I think it’s so nice that the marketing people will respect some of those wishes. I went back and forth whether our audience wants to know about the double or not. I think it’s a fun element, and if you know about it before, it doesn’t really ruin it. I’m not sure it does, but it’s real fun when you get to come into a movie and not know the ending and continue to twist it.

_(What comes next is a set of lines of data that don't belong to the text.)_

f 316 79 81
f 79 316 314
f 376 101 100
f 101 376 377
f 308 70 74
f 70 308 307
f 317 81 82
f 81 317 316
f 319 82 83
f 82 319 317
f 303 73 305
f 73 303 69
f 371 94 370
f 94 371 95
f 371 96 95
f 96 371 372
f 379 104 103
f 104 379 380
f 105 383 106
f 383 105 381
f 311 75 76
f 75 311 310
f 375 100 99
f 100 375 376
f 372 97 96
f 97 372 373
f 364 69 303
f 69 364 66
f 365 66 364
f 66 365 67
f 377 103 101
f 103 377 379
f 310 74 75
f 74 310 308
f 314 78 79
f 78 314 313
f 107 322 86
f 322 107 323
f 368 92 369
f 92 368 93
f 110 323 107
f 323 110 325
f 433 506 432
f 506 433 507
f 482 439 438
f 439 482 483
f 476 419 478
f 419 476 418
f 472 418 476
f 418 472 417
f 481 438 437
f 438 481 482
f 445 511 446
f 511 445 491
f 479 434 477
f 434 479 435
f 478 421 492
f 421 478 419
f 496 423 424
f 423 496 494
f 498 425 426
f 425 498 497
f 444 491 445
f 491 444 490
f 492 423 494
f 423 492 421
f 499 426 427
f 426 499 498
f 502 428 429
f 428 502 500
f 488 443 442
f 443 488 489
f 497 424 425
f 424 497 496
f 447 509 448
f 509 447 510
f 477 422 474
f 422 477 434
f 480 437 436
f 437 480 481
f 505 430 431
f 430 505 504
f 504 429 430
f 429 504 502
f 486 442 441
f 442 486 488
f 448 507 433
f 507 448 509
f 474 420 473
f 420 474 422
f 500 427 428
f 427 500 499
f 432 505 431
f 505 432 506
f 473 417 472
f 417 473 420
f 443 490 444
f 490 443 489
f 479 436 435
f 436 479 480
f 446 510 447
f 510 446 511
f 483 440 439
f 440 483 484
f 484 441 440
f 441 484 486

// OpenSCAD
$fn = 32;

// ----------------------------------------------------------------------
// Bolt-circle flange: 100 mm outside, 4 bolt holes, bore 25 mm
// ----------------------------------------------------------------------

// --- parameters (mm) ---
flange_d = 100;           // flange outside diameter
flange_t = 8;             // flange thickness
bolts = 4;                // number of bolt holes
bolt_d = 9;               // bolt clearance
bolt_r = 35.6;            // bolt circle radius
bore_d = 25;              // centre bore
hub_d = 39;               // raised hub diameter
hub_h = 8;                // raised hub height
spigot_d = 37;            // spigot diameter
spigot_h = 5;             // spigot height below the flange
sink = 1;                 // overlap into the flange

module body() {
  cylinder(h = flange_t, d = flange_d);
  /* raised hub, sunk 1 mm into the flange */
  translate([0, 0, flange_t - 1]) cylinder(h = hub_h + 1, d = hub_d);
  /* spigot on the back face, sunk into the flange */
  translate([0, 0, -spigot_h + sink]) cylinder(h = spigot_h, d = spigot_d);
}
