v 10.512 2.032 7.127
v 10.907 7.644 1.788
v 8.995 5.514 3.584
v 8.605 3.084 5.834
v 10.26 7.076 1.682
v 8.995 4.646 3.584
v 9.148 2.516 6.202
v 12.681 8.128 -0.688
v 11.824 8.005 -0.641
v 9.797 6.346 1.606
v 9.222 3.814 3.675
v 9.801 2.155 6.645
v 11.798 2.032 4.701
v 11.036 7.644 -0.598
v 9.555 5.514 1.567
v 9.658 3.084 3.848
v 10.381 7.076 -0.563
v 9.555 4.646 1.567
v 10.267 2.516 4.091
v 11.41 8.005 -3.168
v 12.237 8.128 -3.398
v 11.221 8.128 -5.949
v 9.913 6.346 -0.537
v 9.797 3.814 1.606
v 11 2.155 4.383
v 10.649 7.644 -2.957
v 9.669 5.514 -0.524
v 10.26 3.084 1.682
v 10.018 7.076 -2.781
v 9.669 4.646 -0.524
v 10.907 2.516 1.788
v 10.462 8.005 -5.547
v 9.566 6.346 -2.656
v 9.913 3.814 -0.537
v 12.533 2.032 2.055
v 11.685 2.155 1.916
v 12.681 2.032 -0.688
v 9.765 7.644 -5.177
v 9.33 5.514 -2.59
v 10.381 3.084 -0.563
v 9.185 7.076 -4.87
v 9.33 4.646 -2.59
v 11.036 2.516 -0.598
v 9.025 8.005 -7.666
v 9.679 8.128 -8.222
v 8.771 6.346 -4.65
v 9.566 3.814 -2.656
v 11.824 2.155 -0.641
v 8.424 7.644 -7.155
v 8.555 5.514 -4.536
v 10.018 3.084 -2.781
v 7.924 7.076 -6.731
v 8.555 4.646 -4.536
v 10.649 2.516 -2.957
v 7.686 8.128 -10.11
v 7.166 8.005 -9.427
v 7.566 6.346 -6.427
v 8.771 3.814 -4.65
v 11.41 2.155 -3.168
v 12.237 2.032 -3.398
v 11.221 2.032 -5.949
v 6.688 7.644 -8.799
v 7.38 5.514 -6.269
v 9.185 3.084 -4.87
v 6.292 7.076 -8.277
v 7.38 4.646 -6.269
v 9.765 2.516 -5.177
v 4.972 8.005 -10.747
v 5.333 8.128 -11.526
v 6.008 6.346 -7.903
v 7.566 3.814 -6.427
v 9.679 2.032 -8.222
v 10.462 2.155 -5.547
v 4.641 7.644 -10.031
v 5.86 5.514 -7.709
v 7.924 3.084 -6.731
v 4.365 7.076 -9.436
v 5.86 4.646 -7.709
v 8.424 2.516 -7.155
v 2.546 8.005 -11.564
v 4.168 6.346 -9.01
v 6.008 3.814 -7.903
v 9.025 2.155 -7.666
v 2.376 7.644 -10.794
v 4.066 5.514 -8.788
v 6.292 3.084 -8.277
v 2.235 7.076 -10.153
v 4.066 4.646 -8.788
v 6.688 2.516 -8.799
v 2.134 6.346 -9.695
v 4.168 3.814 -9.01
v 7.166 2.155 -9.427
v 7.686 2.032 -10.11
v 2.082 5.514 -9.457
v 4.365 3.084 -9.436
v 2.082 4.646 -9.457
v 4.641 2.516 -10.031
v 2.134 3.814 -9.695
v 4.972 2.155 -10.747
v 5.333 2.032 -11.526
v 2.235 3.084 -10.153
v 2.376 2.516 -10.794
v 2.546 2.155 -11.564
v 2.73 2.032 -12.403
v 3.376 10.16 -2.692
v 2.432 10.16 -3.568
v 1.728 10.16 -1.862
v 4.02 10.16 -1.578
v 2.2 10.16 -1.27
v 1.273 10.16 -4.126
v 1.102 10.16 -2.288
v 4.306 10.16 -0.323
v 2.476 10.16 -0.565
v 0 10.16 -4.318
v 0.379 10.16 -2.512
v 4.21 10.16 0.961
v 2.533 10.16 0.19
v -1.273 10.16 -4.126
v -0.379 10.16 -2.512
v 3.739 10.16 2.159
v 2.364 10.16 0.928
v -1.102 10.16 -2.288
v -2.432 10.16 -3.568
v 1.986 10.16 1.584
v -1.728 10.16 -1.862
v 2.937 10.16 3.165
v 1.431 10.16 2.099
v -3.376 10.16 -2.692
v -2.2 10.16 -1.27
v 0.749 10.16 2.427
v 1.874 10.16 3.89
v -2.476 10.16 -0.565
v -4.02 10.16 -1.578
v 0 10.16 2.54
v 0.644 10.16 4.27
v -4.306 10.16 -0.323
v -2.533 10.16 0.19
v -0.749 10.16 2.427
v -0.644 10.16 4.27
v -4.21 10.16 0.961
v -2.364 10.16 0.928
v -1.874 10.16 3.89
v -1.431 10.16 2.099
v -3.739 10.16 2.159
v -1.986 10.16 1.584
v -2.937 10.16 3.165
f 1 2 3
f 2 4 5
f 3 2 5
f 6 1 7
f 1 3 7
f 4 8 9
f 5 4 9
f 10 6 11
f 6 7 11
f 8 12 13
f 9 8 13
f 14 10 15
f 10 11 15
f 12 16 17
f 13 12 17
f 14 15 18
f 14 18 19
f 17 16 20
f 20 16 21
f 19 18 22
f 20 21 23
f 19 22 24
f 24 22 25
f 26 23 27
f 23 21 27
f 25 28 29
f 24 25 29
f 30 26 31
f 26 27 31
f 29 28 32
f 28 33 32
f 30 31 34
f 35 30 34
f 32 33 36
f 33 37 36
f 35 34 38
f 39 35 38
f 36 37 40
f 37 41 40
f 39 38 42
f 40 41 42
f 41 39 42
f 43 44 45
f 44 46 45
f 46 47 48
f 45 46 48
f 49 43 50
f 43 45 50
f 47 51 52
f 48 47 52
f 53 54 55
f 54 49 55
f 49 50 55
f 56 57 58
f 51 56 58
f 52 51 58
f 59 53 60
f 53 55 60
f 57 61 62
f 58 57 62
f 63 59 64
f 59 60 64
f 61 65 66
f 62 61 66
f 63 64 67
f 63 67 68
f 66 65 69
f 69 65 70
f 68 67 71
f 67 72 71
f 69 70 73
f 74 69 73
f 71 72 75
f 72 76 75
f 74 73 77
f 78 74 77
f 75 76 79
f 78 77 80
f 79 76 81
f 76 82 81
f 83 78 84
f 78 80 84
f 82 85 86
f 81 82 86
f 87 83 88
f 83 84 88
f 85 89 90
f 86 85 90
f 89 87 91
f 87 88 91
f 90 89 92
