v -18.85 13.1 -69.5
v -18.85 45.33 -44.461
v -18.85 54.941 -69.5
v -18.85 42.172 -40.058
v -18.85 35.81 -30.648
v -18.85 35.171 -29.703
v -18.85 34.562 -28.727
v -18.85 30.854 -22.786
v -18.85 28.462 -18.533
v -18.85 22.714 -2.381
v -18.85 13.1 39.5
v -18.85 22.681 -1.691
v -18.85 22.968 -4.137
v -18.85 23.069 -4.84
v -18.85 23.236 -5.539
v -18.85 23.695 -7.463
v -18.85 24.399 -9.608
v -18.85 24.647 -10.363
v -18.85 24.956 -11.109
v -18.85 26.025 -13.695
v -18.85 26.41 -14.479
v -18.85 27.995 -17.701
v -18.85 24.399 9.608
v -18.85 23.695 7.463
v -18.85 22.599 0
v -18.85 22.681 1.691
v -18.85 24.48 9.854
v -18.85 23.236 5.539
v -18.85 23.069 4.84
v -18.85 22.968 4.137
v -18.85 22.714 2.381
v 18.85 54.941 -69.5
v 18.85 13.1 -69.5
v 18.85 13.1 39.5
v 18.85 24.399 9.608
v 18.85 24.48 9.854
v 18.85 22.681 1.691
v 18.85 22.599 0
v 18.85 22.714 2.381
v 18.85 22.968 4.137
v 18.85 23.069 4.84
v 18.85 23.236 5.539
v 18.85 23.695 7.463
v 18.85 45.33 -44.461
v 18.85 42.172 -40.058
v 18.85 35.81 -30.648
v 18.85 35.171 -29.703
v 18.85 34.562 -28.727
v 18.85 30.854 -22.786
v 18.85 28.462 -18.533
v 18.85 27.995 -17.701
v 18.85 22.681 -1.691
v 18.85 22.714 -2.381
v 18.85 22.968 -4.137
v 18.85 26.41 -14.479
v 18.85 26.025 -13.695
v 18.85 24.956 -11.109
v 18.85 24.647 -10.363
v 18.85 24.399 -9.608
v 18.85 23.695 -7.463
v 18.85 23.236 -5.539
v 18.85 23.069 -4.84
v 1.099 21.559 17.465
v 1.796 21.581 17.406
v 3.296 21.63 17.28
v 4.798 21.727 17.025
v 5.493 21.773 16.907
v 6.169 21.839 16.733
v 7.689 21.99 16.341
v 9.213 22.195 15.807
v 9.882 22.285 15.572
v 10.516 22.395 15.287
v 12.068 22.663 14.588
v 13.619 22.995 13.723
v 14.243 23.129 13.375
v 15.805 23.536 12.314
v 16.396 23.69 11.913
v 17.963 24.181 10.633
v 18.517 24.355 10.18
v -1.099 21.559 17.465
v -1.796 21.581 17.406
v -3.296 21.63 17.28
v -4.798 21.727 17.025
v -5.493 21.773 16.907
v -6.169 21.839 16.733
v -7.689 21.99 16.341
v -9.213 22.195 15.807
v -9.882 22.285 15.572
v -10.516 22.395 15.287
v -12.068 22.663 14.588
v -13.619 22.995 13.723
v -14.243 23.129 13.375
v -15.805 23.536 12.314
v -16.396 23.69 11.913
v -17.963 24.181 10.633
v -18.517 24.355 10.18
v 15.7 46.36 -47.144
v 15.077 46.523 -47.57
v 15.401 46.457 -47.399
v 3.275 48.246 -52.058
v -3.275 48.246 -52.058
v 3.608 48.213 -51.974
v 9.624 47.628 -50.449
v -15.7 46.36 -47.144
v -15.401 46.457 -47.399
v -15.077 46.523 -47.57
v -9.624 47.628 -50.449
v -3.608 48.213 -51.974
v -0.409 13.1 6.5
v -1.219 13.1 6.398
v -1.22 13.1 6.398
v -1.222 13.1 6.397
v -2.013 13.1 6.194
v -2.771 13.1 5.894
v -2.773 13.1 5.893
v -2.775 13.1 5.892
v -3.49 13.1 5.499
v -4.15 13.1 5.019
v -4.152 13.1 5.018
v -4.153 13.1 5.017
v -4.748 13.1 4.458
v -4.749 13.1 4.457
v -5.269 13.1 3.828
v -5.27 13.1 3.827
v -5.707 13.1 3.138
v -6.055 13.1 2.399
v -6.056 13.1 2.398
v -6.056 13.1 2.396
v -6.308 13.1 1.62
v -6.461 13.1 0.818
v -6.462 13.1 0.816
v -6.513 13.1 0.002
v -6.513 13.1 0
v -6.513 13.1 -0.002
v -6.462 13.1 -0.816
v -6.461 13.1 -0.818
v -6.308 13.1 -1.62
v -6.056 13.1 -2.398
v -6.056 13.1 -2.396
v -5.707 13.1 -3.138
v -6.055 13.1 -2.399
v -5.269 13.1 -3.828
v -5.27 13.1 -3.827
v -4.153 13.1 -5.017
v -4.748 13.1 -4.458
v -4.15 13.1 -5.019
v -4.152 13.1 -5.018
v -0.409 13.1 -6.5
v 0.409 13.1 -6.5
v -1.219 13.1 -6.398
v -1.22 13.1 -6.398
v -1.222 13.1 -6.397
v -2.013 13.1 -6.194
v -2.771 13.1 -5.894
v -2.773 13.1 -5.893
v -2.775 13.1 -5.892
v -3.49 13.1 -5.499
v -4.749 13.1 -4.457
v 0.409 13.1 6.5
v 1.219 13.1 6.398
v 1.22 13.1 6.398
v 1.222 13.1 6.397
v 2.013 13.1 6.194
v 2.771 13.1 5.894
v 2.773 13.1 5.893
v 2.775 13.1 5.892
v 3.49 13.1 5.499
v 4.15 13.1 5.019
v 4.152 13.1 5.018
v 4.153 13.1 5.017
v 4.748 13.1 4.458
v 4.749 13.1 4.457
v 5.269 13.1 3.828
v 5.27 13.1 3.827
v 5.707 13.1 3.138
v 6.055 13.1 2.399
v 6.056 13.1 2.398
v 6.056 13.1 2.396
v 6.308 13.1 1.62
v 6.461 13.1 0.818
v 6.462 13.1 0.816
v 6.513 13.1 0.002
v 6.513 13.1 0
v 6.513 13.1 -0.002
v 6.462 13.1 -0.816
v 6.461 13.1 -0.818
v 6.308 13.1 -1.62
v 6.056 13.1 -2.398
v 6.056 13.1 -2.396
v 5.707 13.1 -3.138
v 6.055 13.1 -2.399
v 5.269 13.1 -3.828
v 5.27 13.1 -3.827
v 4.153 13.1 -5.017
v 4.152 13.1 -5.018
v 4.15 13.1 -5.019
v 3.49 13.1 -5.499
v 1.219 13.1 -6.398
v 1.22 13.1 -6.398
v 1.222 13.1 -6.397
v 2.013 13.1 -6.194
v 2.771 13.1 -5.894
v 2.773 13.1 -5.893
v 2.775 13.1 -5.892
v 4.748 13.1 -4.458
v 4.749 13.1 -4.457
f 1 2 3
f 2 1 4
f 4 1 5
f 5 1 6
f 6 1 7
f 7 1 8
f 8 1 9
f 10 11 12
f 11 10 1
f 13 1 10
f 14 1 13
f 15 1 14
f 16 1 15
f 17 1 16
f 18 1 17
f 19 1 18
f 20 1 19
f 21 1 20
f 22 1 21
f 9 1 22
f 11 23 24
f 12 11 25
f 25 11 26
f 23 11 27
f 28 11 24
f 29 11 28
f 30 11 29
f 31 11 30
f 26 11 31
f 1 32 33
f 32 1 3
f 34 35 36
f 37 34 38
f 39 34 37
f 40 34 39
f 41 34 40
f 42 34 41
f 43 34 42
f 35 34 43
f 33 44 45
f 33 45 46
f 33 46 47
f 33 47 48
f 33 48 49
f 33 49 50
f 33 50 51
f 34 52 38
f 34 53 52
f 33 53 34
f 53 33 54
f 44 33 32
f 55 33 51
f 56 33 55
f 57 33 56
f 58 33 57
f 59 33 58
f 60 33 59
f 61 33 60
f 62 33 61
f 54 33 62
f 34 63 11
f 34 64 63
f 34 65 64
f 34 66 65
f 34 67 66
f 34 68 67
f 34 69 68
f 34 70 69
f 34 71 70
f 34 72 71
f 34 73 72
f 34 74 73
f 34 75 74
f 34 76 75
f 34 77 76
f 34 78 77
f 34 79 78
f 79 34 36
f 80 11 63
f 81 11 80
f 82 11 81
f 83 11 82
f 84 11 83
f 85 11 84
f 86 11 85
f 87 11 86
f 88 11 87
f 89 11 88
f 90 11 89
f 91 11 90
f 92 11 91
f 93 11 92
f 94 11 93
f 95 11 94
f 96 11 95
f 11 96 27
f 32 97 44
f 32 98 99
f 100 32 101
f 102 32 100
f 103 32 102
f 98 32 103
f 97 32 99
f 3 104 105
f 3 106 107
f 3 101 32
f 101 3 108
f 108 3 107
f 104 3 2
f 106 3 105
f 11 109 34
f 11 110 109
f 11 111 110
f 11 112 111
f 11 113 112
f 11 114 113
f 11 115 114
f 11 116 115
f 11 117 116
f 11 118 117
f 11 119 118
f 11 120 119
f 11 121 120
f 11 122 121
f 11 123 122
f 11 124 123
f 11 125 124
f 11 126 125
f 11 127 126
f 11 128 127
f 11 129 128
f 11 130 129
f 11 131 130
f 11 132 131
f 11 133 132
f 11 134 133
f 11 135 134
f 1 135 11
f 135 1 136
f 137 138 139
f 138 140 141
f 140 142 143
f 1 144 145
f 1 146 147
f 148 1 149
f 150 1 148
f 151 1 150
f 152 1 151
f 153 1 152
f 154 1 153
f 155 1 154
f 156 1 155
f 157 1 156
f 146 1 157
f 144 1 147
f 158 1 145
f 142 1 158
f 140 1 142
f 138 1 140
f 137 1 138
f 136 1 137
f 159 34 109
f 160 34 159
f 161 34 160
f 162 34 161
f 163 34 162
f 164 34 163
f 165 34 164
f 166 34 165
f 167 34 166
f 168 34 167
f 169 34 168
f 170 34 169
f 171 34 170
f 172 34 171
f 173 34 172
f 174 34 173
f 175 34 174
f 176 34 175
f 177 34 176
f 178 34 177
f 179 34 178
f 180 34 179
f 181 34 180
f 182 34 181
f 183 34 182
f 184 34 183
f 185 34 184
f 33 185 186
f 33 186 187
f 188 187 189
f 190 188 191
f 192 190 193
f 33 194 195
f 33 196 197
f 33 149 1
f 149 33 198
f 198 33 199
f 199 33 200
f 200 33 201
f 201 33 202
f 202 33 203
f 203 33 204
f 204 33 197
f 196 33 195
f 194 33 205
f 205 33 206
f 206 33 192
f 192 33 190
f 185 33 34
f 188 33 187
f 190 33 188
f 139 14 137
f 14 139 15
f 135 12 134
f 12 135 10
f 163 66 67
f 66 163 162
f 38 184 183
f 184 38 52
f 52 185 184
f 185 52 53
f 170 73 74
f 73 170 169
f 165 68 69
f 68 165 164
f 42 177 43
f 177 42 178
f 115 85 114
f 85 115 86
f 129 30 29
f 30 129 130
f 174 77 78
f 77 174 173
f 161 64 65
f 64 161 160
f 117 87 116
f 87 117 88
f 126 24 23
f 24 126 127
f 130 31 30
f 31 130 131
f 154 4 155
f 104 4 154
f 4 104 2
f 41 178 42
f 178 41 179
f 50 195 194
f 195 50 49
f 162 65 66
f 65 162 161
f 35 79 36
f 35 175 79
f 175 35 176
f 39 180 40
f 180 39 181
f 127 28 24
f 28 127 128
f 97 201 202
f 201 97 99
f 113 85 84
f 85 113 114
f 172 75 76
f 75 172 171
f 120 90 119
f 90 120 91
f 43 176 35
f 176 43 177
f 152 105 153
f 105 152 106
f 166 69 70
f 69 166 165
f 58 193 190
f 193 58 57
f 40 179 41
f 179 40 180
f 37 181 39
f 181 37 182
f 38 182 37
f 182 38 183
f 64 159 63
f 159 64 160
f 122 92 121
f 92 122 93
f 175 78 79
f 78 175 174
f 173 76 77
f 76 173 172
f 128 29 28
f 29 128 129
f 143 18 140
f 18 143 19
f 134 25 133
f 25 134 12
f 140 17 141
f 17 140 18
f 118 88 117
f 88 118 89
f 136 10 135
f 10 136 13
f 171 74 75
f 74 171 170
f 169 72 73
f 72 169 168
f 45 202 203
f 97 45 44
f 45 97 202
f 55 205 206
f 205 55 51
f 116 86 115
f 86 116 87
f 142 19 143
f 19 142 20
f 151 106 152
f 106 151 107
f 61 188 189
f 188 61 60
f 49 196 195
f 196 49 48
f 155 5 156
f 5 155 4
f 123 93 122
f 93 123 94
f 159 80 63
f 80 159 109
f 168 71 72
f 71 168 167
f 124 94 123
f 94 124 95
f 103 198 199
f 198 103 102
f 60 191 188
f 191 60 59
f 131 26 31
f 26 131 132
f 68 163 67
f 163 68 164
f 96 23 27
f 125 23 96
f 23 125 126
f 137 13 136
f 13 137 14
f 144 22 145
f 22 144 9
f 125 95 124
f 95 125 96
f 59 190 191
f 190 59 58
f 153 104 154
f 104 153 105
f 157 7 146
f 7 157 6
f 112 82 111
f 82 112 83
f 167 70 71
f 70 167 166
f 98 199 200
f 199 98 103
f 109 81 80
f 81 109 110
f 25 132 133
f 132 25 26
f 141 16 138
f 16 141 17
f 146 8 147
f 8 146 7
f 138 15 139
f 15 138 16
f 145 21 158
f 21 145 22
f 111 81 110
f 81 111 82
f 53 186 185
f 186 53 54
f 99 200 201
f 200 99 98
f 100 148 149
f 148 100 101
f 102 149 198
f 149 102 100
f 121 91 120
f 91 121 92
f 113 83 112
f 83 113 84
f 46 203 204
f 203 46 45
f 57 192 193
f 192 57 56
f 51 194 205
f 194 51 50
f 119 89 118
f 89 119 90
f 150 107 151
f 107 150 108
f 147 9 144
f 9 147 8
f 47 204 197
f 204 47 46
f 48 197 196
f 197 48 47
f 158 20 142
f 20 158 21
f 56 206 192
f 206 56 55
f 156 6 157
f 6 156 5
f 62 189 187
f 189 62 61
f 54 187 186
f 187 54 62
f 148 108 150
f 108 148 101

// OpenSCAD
// Pi Zero Cam Holder
// The "Officiële Raspberry Pi Zero Behuizing"
// - os rounded, so thickness varies 

include <MCAD/boxes.scad>

// box below refers to the housing 
// therefore it is NOT the case we build around it
// box thickness starts at 13 and is raised towards the middle
// rubbers add an additional 1.6mm
// also allow for some spacing (0.4)
rubber_th=1.6;
box_th_bare=14.6;
box_th_incl_rubber=box_th_bare+rubber_th;
box_th=box_th_incl_rubber+0.4;
box_h=79;
box_w=37.7;
box_r=2;

// camera sticks out from the cover approx 4mm
cam_lens_l_normal=3.6; // measured from top of the box cover
cam_lens_l_wide=4.5;   // this one is bigger
cam_lens_l=max(cam_lens_l_normal,cam_lens_l_wide);

// cam hole diameter including spacing
cam_lens_d=8.5; // the box comes with this hole  

// the housing is the metal box holding the lens
cam_hous_w=11.0;
cam_hous_w2=cam_hous_w/2;
cam_hous_th=0.7; // as measured from the top of the box cover

// work with theme material thickness
m=0.4*4; m2=m*2;

$fn=50;

debug=0;
cord=0;
  
//create room for the camera lens to fit inside of the box
lens_rm=4.8; half_rm=lens_rm/2;

module angle(d = 21) {
    e=30;
    o=(box_h+e) * tan(d);
    a=[0,box_h/2];
    b=[0,-box_h/2-e];
    c=[o,-box_h/2-e];
    
    polygon([a,b,c]);
}

//!rotate([-21,0,33])
!difference() {
    translate([-box_w/2,box_th/2+lens_rm,0])
        rotate([90,0,90]) linear_extrude(box_w) angle();
    // normal h=66 graden, wide h=102 graden
    // uitgaande van 33 graden en hoogte 30 +40
    h=60;
    o=h*tan(33);
    translate([0,box_th/2+lens_rm-0.01,0]) 
        rotate([-90,0,0]) 
        cylinder(h=h,r1=6.5,r2=6.5+2*o);
}

module cord_holder() {
    cord_d=3.5;
    translate([
            cord_d/2+max(m,box_r),
            -cord_d/2,
            cord_d/2+m])
    difference() {
        translate([-cord_d/2-m,-cord_d/2-m,-cord_d/2-m])
            union() {
                cube([cord_d+m2, cord_d+m2, cord_d+m2]);
                cube([cord_d+m2, cord_d+m+max(m,box_r), m]);
            }
        rotate([0,90,0]) 
            translate([0,0,-cord_d/2-m-0.01])
            union() {
                cylinder(d=cord_d,h=cord_d+m2+0.02);
                hull() {
                    cylinder(d=cord_d-0.4,h=cord_d+m2+0.02);
                    translate([-3.5,0,0])
                        cylinder(d=cord_d-0.4,h=cord_d+m2+0.02);
                }
            }
    }
}
if (cord) {
  translate([-box_w/2,-box_th/2-m,-box_h/2-m]) cord_holder();
  translate([box_w/2-3.5-box_r-box_r,-box_th/2-m,-box_h/2-m]) cord_holder();
}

He went crazy doing it. I didn’t know what it would turn into. With Woody, I want to just put on the stuff and see what happens, and you’re like, “Okay, but when are we going to put on the stuff?” It’s the day of the shoot, and I don’t know what’s going to come out of his mouth, I have no idea. I kept thinking of Johnny Depp in Pirates, and he’s going to create a character and it might be weird, and we might be, “What the fuck is happening?” or I’m going to trust his instincts and trust that the weirder it is, the more interesting it will be. We’ve seen Woody in so many different characters. Let’s let him just paint, so he put on that prosthetic nose, perfect teeth, full head of curly hair, the tan, and he just became this thing. I think the studio was a little bit scared at first. “What is Chase?” “Let’s just trust him and move, let’s go, and let’s not discuss it.”

And he found this weird character Chase. None of his delivery of any lines goes to any normal speaking pattern, so it makes it hard to edit because you’re like, “Is that the punchline or not?” But that’s kind of the fun part of his brilliance.